4th Governor of Baja California
- Interim
- In office October 31, 1964 – October 31, 1965
- Preceded by: Eligio Esquivel Méndez
- Succeeded by: Raúl Sánchez Díaz Martell

Senator to the Congress of the Union
- In office September 1, 1970 – August 31, 1976
- Preceded by: Hermenegildo Cuenca Díaz
- Succeeded by: Roberto de la Madrid Romandía

Deputy to the Congress of the Union for the 2nd District of Baja California
- In office September 1, 1967 – August 31, 1970
- Preceded by: Salvador Rosas Magallón
- Succeeded by: Marco Antonio Bolaños Cacho
- In office September 1, 1961 – August 31, 1964
- Preceded by: Germán Brambila Gómez
- Succeeded by: Salvador Rosas Magallón

Municipal President of Tijuana
- In office March 1, 1953 – October 31, 1956
- Preceded by: Position created
- Succeeded by: Manuel Quiros Labastida

Personal details
- Born: July 23, 1901 Guadalajara, Mexico
- Died: September 12, 1987 (aged 86) Mexicali, Mexico
- Party: Institutional Revolutionary Party
- Occupation: Politician, physician

= Gustavo Aubanel Vallejo =

Mexican physician and politician

Gustavo Aubanel Vallejo (July 23, 1901 – December 9, 1987) was a Mexican physician and politician who served as the first municipal president of Tijuana and third governor of Baja California from 1964 to 1965, after the death of Eligio Esquivel Méndez.

== Biography ==
Gustavo Aubanel was born on July 23, 1901, in Guadalajara, Jalisco. His parents were José Aubanel and Mercedes Vallejo. After completing his studies in that city, he graduated in 1927 as a surgeon and midwife at the Faculty of Medicine of the University of Guadalajara. He practiced for a time in that region and then moved to Acaponeta, Nayarit and Mexico City.

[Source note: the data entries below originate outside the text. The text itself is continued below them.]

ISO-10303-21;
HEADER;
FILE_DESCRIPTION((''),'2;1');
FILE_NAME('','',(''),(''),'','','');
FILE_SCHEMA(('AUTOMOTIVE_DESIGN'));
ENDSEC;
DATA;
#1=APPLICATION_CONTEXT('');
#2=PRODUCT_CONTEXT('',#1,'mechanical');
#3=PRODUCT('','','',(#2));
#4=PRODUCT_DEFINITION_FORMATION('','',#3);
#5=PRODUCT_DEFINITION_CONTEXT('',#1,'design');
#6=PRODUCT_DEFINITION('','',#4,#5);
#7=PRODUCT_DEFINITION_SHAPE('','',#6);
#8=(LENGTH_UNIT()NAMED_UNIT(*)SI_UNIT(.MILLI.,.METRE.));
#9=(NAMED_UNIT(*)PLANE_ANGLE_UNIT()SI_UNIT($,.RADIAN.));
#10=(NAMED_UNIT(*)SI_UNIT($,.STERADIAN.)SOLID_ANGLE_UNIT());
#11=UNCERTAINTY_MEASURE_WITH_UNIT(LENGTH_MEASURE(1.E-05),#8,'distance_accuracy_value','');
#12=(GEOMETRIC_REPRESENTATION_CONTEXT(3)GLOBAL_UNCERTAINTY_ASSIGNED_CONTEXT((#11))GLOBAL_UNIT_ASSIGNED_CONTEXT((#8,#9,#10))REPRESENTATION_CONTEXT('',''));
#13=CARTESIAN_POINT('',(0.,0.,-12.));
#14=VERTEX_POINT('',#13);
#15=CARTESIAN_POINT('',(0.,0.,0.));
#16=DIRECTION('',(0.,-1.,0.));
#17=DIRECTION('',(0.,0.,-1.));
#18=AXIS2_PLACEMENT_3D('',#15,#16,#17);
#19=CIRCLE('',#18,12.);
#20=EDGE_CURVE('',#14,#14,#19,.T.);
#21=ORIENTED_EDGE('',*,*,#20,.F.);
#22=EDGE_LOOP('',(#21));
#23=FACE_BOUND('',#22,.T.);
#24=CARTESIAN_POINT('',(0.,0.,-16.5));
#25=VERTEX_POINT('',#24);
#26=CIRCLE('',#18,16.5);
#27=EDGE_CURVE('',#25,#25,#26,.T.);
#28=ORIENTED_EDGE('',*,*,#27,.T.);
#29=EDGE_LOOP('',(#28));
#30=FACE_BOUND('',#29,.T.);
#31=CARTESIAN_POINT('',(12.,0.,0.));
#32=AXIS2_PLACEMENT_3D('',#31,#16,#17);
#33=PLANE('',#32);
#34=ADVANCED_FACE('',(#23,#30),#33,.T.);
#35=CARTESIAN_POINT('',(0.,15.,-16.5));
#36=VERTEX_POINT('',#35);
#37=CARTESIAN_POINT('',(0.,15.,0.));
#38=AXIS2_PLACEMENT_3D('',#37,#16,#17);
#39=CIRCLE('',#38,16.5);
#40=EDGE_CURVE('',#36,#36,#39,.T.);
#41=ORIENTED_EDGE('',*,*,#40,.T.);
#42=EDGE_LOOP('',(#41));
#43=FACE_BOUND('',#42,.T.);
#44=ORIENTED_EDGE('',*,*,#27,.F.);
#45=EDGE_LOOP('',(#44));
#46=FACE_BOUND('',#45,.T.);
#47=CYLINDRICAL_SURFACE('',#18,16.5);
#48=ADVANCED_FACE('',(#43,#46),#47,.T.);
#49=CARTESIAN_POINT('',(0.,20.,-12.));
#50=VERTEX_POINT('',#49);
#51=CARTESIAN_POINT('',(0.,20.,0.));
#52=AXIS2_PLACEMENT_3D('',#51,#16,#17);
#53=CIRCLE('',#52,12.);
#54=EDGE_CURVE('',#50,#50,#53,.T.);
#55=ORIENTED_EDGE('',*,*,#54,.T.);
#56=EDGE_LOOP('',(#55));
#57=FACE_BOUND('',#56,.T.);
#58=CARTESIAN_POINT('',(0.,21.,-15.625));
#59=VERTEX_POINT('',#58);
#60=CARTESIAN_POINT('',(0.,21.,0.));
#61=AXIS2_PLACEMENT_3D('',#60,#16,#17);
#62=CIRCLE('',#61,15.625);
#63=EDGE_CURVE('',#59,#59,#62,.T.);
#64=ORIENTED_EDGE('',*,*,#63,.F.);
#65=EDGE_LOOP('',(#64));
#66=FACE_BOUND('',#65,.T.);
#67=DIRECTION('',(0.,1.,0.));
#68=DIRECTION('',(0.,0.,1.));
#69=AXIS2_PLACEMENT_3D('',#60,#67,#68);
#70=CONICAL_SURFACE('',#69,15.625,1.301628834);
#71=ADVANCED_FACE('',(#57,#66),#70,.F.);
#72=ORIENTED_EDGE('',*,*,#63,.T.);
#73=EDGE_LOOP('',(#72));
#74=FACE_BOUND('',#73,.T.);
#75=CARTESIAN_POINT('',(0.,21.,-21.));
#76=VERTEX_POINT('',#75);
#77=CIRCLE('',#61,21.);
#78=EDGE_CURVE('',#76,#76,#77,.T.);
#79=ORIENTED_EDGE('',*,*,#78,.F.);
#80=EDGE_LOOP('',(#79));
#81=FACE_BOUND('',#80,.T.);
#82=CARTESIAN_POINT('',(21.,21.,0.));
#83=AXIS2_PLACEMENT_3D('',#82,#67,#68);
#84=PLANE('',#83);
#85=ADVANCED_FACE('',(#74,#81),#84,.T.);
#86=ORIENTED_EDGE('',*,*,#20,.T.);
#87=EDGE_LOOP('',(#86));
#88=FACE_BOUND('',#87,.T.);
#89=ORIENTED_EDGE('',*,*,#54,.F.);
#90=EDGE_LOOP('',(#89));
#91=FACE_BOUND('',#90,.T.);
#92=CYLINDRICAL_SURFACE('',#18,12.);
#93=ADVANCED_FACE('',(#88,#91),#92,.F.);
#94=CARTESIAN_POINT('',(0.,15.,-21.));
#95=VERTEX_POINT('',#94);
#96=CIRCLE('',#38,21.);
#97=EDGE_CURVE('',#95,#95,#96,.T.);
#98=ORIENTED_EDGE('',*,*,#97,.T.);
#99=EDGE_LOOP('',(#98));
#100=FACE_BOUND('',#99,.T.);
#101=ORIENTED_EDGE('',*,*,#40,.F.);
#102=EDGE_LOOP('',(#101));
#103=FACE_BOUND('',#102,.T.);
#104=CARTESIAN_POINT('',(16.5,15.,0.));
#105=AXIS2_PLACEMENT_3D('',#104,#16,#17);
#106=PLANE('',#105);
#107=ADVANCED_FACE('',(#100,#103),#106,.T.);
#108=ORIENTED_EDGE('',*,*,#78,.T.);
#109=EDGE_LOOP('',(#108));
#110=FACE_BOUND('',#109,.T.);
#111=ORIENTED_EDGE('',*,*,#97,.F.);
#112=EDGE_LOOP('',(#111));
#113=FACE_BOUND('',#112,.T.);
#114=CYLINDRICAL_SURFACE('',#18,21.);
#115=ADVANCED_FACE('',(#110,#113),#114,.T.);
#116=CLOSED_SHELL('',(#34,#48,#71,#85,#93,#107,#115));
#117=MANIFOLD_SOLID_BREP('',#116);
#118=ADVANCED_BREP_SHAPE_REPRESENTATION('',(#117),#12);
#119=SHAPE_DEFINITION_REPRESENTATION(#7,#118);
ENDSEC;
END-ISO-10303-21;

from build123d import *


with BuildPart() as part:
    # 草图1 → 旋转1 (revolve)
    with BuildSketch(Plane.XY, mode=Mode.PRIVATE) as revolve_1_sk:
        Polygon((12, 0), (16.5, 0), (16.5, 15), (21, 15), (21, 21), (15.625, 21), (12, 20), align=None)
    revolve(revolve_1_sk.sketch.rotate(Axis((0, 0, 0), (0, 1, 0)), 90), axis=Axis((0, 0, 0), (0, 1, 0)))


solid = part.part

At the behest of General Agustín Olachea, then governor and military commander of the Northern Territory of Baja California, he moved to Tijuana in 1931. The invitation was to work in the field of medicine, due to the notable lack of public medical services in the border city and for that reason he was appointed director of the Civil and Military Hospital of Tijuana, a position he held for several years. In 1932 and 1943 he was a founding member of the Tijuana Medical Association and in 1950 of the College of Medical Surgeons of Tijuana.

Former Senator Guilebaldo Silva Cota recalled those difficult times when they were concerned about the lack of political rights, because they could not have their laws and choose their rulers. At that time he said that he presented his thesis as a law student which focused on the need to make Baja California a state, which served as support to Dr. Aubanel Vallejo to push the project and finally become a reality.

== Political career ==
In the field of regional politics, Aubanel Vallejo was an important element of the Institutional Revolutionary Party.

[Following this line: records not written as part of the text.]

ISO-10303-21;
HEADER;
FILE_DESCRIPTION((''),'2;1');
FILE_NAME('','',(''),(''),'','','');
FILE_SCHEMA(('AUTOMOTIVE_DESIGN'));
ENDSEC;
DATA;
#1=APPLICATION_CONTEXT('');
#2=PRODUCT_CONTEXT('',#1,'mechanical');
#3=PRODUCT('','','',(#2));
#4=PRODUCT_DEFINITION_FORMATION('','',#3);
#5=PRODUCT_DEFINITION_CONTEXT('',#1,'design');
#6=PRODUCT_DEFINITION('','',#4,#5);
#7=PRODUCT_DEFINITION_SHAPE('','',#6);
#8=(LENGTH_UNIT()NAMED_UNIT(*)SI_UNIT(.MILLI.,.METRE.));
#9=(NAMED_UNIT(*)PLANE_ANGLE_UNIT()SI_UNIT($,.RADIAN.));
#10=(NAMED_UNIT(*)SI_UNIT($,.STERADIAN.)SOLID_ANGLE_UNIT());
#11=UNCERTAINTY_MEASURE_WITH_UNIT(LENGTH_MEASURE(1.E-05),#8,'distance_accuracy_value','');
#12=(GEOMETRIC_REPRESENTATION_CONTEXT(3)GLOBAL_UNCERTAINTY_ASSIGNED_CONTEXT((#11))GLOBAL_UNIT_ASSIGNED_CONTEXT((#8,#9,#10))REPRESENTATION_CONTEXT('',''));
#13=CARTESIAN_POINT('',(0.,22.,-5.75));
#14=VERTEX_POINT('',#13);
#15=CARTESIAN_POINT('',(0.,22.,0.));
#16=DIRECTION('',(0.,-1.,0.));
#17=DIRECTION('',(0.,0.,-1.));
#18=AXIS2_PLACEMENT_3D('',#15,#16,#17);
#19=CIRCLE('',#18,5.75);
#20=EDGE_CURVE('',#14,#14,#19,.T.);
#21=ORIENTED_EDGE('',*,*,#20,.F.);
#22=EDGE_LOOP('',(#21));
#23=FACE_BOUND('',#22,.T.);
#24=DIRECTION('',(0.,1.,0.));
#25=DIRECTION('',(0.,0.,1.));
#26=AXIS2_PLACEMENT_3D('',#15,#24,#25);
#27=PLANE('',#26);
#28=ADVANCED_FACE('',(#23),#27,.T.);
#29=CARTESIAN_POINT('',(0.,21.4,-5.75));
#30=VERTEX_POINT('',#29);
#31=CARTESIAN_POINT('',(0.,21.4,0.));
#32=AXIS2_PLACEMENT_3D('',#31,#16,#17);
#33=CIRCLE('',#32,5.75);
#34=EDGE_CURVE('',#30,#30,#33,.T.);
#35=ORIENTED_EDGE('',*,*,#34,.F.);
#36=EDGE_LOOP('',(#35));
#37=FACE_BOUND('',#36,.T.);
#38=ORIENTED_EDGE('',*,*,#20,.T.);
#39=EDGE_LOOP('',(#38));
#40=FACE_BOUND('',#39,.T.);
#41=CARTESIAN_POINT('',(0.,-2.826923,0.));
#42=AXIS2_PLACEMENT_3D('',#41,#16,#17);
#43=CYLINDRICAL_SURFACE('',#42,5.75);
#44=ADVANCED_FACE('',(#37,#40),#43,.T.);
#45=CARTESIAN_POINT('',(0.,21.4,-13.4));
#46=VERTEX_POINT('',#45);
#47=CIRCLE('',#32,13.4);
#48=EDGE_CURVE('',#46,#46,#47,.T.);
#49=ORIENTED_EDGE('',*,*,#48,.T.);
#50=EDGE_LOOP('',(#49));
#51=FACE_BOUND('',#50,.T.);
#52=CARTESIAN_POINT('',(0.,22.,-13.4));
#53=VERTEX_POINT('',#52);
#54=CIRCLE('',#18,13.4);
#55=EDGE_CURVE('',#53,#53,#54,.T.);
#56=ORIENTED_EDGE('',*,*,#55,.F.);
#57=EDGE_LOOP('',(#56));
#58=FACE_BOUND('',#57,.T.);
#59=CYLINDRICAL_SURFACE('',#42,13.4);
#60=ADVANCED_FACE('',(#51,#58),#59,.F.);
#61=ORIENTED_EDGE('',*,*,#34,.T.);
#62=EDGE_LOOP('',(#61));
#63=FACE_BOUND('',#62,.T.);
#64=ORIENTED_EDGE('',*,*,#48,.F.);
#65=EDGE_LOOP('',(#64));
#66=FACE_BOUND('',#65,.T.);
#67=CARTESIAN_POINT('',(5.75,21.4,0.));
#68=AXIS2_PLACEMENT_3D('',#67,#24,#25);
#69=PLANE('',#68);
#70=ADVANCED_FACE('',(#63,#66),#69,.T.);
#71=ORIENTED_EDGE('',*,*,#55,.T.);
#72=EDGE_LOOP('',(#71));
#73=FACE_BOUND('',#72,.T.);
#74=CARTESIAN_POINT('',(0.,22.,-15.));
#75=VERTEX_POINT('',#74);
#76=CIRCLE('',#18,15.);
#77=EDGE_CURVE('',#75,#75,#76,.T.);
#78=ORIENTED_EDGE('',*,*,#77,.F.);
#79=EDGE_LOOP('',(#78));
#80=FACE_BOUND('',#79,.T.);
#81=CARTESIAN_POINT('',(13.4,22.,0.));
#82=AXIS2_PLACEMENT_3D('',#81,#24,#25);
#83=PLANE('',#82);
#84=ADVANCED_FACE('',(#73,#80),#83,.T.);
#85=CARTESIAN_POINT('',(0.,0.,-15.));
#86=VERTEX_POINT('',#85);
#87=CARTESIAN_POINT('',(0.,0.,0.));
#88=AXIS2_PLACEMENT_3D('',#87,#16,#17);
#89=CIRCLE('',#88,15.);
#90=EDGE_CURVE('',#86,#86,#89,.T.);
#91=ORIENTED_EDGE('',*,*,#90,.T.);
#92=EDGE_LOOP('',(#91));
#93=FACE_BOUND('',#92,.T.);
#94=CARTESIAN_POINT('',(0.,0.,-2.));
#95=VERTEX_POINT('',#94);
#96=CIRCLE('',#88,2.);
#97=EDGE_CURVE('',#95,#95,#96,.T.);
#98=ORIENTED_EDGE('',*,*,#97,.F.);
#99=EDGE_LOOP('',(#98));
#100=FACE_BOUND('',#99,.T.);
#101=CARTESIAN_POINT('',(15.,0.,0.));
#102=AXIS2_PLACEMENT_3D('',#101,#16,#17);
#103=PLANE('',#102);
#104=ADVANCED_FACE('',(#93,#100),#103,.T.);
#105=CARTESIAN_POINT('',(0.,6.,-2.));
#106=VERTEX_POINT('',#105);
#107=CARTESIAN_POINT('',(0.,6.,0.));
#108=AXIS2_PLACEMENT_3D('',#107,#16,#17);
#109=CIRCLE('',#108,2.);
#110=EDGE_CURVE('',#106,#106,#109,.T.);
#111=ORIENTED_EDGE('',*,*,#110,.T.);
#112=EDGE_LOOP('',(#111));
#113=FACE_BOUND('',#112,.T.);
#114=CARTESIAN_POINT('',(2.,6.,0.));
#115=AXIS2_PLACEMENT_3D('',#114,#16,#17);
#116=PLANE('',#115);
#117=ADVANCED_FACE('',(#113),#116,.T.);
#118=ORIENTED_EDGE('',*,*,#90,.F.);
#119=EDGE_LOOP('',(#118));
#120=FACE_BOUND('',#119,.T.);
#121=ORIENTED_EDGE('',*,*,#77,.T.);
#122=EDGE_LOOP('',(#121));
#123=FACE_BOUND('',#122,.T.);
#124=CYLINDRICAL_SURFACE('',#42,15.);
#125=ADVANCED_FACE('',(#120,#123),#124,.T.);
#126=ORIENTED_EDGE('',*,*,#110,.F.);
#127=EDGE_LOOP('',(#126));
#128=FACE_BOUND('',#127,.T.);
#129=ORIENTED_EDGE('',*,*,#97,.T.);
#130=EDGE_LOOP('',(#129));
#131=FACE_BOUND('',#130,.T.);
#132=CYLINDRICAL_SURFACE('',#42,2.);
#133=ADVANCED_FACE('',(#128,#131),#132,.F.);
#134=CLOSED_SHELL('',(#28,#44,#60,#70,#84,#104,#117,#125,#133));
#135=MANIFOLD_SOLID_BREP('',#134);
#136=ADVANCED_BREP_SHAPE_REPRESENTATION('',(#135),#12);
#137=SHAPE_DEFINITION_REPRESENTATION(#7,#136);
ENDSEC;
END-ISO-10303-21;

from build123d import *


with BuildPart() as part:
    # Sketch1 → Revolve1 (revolve)
    with BuildSketch(Plane.XY, mode=Mode.PRIVATE) as revolve1_sk:
        Polygon((0, 6), (0, 22), (5.75, 22), (5.75, 21.4), (13.4, 21.4), (13.4, 22), (15, 22), (15, 0), (2, 0), (2, 6), align=None)
    revolve(revolve1_sk.sketch.rotate(Axis((0, -2.826923077, 0), (0, 1, 0)), 90), axis=Axis((0, -2.826923077, 0), (0, 1, 0)))


solid = part.part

During the 1940s and early 1950s, he was one of the Baja Californians who fought to turn the Northern Territory into State 29 of the federation, which happened in 1952. At that time he chaired the Committee for the State of Baja California.

Subsequently, he was the first municipal president of Tijuana, from 1954 to 1956, to then occupy the position of federal deputy for the second district of Baja California, from 1961 to 1964, and later from 1967 to 1970, acting governor of Baja California from December 19, 1964, to November 30, 1965, and senator of the Congress of the Union from 1970 to 1976.